- _Goal of the exercise_:
The listing is to be duplicated in full, exactly as written.

::: Source material :::

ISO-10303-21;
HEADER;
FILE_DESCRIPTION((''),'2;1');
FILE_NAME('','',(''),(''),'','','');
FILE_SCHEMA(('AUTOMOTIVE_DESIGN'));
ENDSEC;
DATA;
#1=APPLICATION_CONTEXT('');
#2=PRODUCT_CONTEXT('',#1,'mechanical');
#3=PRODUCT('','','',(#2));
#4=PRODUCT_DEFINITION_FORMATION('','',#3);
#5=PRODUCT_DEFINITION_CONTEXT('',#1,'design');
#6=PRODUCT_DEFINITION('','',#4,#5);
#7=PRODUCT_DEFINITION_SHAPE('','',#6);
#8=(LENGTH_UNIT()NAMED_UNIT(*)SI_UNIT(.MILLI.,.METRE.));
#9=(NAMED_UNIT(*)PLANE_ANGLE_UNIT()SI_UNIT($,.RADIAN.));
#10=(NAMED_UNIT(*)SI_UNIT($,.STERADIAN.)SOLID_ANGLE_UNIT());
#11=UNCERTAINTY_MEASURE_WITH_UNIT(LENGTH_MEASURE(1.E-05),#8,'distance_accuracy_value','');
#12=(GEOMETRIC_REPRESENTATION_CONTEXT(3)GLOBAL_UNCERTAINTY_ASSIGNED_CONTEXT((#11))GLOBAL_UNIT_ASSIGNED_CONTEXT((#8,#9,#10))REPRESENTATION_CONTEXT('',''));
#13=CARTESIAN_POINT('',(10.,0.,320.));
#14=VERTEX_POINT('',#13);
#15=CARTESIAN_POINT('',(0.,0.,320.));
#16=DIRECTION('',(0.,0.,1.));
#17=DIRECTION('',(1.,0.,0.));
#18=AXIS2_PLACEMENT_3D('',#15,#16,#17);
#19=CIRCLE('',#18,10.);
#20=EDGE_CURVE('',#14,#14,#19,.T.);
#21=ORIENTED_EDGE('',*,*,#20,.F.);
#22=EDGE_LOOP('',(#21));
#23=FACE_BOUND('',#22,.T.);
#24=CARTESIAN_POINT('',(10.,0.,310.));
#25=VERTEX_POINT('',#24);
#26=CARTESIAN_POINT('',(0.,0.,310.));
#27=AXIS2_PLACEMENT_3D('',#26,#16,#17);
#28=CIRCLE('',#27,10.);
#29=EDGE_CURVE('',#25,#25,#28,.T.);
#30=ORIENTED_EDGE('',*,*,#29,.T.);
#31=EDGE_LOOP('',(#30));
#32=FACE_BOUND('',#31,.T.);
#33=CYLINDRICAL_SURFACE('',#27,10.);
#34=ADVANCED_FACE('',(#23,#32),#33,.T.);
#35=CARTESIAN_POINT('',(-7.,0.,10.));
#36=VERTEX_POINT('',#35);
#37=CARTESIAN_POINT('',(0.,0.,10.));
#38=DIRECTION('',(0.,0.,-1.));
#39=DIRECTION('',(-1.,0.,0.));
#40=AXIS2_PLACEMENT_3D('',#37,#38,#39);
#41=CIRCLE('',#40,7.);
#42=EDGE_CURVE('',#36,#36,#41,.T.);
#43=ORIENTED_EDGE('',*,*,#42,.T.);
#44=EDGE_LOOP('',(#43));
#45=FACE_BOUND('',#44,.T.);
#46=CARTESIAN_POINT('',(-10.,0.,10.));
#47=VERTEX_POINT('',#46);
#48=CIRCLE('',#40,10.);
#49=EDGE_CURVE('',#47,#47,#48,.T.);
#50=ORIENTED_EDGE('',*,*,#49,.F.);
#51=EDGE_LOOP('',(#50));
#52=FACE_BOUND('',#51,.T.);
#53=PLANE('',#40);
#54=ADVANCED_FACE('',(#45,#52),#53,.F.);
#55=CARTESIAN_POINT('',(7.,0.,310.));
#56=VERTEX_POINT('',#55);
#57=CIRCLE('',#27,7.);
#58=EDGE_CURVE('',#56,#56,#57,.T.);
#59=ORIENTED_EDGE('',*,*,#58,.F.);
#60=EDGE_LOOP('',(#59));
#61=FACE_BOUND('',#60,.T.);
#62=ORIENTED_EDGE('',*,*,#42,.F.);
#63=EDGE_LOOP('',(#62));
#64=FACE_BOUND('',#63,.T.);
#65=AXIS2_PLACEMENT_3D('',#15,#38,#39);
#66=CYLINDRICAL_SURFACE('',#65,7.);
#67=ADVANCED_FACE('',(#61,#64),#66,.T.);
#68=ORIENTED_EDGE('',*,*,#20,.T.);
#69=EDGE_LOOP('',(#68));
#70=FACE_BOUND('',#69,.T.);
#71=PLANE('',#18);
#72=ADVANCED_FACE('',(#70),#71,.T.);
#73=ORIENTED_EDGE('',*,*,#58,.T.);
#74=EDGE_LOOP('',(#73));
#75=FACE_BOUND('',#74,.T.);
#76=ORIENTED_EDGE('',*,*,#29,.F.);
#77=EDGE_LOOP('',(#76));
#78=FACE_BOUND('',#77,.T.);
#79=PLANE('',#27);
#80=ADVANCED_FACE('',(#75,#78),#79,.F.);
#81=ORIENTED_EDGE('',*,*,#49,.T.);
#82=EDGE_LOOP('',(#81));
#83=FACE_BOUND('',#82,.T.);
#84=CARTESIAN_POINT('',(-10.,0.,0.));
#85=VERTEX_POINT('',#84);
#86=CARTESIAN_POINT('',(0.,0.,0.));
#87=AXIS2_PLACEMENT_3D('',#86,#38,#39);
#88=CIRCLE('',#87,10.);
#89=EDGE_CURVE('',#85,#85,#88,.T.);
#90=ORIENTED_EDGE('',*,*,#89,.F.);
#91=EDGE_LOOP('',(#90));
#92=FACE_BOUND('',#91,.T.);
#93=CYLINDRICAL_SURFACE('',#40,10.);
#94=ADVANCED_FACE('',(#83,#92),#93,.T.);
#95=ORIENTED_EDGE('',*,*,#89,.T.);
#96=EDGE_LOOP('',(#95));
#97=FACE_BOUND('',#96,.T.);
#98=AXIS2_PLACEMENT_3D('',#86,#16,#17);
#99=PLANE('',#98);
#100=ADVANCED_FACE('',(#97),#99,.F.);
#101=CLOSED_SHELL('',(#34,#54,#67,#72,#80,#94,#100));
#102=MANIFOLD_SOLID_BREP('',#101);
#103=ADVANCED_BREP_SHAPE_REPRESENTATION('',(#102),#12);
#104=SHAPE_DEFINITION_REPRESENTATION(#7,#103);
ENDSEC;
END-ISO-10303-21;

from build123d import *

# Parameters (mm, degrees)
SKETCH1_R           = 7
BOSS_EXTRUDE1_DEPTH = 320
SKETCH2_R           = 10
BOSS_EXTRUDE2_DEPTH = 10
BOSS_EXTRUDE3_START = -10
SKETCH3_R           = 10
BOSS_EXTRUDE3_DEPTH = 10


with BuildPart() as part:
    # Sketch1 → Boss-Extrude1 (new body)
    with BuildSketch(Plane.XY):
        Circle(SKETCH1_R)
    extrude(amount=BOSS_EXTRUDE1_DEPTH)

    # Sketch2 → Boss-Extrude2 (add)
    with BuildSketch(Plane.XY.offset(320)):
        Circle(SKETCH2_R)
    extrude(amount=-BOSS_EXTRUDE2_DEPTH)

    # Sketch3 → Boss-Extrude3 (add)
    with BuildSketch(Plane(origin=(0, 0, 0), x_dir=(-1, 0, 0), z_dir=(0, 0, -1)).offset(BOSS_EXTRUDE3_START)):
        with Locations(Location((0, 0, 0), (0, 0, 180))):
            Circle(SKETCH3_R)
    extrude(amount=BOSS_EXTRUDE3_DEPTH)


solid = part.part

:::

- _Solution for this problem_:
ISO-10303-21;
HEADER;
FILE_DESCRIPTION((''),'2;1');
FILE_NAME('','',(''),(''),'','','');
FILE_SCHEMA(('AUTOMOTIVE_DESIGN'));
ENDSEC;
DATA;
#1=APPLICATION_CONTEXT('');
#2=PRODUCT_CONTEXT('',#1,'mechanical');
#3=PRODUCT('','','',(#2));
#4=PRODUCT_DEFINITION_FORMATION('','',#3);
#5=PRODUCT_DEFINITION_CONTEXT('',#1,'design');
#6=PRODUCT_DEFINITION('','',#4,#5);
#7=PRODUCT_DEFINITION_SHAPE('','',#6);
#8=(LENGTH_UNIT()NAMED_UNIT(*)SI_UNIT(.MILLI.,.METRE.));
#9=(NAMED_UNIT(*)PLANE_ANGLE_UNIT()SI_UNIT($,.RADIAN.));
#10=(NAMED_UNIT(*)SI_UNIT($,.STERADIAN.)SOLID_ANGLE_UNIT());
#11=UNCERTAINTY_MEASURE_WITH_UNIT(LENGTH_MEASURE(1.E-05),#8,'distance_accuracy_value','');
#12=(GEOMETRIC_REPRESENTATION_CONTEXT(3)GLOBAL_UNCERTAINTY_ASSIGNED_CONTEXT((#11))GLOBAL_UNIT_ASSIGNED_CONTEXT((#8,#9,#10))REPRESENTATION_CONTEXT('',''));
#13=CARTESIAN_POINT('',(10.,0.,320.));
#14=VERTEX_POINT('',#13);
#15=CARTESIAN_POINT('',(0.,0.,320.));
#16=DIRECTION('',(0.,0.,1.));
#17=DIRECTION('',(1.,0.,0.));
#18=AXIS2_PLACEMENT_3D('',#15,#16,#17);
#19=CIRCLE('',#18,10.);
#20=EDGE_CURVE('',#14,#14,#19,.T.);
#21=ORIENTED_EDGE('',*,*,#20,.F.);
#22=EDGE_LOOP('',(#21));
#23=FACE_BOUND('',#22,.T.);
#24=CARTESIAN_POINT('',(10.,0.,310.));
#25=VERTEX_POINT('',#24);
#26=CARTESIAN_POINT('',(0.,0.,310.));
#27=AXIS2_PLACEMENT_3D('',#26,#16,#17);
#28=CIRCLE('',#27,10.);
#29=EDGE_CURVE('',#25,#25,#28,.T.);
#30=ORIENTED_EDGE('',*,*,#29,.T.);
#31=EDGE_LOOP('',(#30));
#32=FACE_BOUND('',#31,.T.);
#33=CYLINDRICAL_SURFACE('',#27,10.);
#34=ADVANCED_FACE('',(#23,#32),#33,.T.);
#35=CARTESIAN_POINT('',(-7.,0.,10.));
#36=VERTEX_POINT('',#35);
#37=CARTESIAN_POINT('',(0.,0.,10.));
#38=DIRECTION('',(0.,0.,-1.));
#39=DIRECTION('',(-1.,0.,0.));
#40=AXIS2_PLACEMENT_3D('',#37,#38,#39);
#41=CIRCLE('',#40,7.);
#42=EDGE_CURVE('',#36,#36,#41,.T.);
#43=ORIENTED_EDGE('',*,*,#42,.T.);
#44=EDGE_LOOP('',(#43));
#45=FACE_BOUND('',#44,.T.);
#46=CARTESIAN_POINT('',(-10.,0.,10.));
#47=VERTEX_POINT('',#46);
#48=CIRCLE('',#40,10.);
#49=EDGE_CURVE('',#47,#47,#48,.T.);
#50=ORIENTED_EDGE('',*,*,#49,.F.);
#51=EDGE_LOOP('',(#50));
#52=FACE_BOUND('',#51,.T.);
#53=PLANE('',#40);
#54=ADVANCED_FACE('',(#45,#52),#53,.F.);
#55=CARTESIAN_POINT('',(7.,0.,310.));
#56=VERTEX_POINT('',#55);
#57=CIRCLE('',#27,7.);
#58=EDGE_CURVE('',#56,#56,#57,.T.);
#59=ORIENTED_EDGE('',*,*,#58,.F.);
#60=EDGE_LOOP('',(#59));
#61=FACE_BOUND('',#60,.T.);
#62=ORIENTED_EDGE('',*,*,#42,.F.);
#63=EDGE_LOOP('',(#62));
#64=FACE_BOUND('',#63,.T.);
#65=AXIS2_PLACEMENT_3D('',#15,#38,#39);
#66=CYLINDRICAL_SURFACE('',#65,7.);
#67=ADVANCED_FACE('',(#61,#64),#66,.T.);
#68=ORIENTED_EDGE('',*,*,#20,.T.);
#69=EDGE_LOOP('',(#68));
#70=FACE_BOUND('',#69,.T.);
#71=PLANE('',#18);
#72=ADVANCED_FACE('',(#70),#71,.T.);
#73=ORIENTED_EDGE('',*,*,#58,.T.);
#74=EDGE_LOOP('',(#73));
#75=FACE_BOUND('',#74,.T.);
#76=ORIENTED_EDGE('',*,*,#29,.F.);
#77=EDGE_LOOP('',(#76));
#78=FACE_BOUND('',#77,.T.);
#79=PLANE('',#27);
#80=ADVANCED_FACE('',(#75,#78),#79,.F.);
#81=ORIENTED_EDGE('',*,*,#49,.T.);
#82=EDGE_LOOP('',(#81));
#83=FACE_BOUND('',#82,.T.);
#84=CARTESIAN_POINT('',(-10.,0.,0.));
#85=VERTEX_POINT('',#84);
#86=CARTESIAN_POINT('',(0.,0.,0.));
#87=AXIS2_PLACEMENT_3D('',#86,#38,#39);
#88=CIRCLE('',#87,10.);
#89=EDGE_CURVE('',#85,#85,#88,.T.);
#90=ORIENTED_EDGE('',*,*,#89,.F.);
#91=EDGE_LOOP('',(#90));
#92=FACE_BOUND('',#91,.T.);
#93=CYLINDRICAL_SURFACE('',#40,10.);
#94=ADVANCED_FACE('',(#83,#92),#93,.T.);
#95=ORIENTED_EDGE('',*,*,#89,.T.);
#96=EDGE_LOOP('',(#95));
#97=FACE_BOUND('',#96,.T.);
#98=AXIS2_PLACEMENT_3D('',#86,#16,#17);
#99=PLANE('',#98);
#100=ADVANCED_FACE('',(#97),#99,.F.);
#101=CLOSED_SHELL('',(#34,#54,#67,#72,#80,#94,#100));
#102=MANIFOLD_SOLID_BREP('',#101);
#103=ADVANCED_BREP_SHAPE_REPRESENTATION('',(#102),#12);
#104=SHAPE_DEFINITION_REPRESENTATION(#7,#103);
ENDSEC;
END-ISO-10303-21;

from build123d import *

# Parameters (mm, degrees)
SKETCH1_R           = 7
BOSS_EXTRUDE1_DEPTH = 320
SKETCH2_R           = 10
BOSS_EXTRUDE2_DEPTH = 10
BOSS_EXTRUDE3_START = -10
SKETCH3_R           = 10
BOSS_EXTRUDE3_DEPTH = 10


with BuildPart() as part:
    # Sketch1 → Boss-Extrude1 (new body)
    with BuildSketch(Plane.XY):
        Circle(SKETCH1_R)
    extrude(amount=BOSS_EXTRUDE1_DEPTH)

    # Sketch2 → Boss-Extrude2 (add)
    with BuildSketch(Plane.XY.offset(320)):
        Circle(SKETCH2_R)
    extrude(amount=-BOSS_EXTRUDE2_DEPTH)

    # Sketch3 → Boss-Extrude3 (add)
    with BuildSketch(Plane(origin=(0, 0, 0), x_dir=(-1, 0, 0), z_dir=(0, 0, -1)).offset(BOSS_EXTRUDE3_START)):
        with Locations(Location((0, 0, 0), (0, 0, 180))):
            Circle(SKETCH3_R)
    extrude(amount=BOSS_EXTRUDE3_DEPTH)


solid = part.part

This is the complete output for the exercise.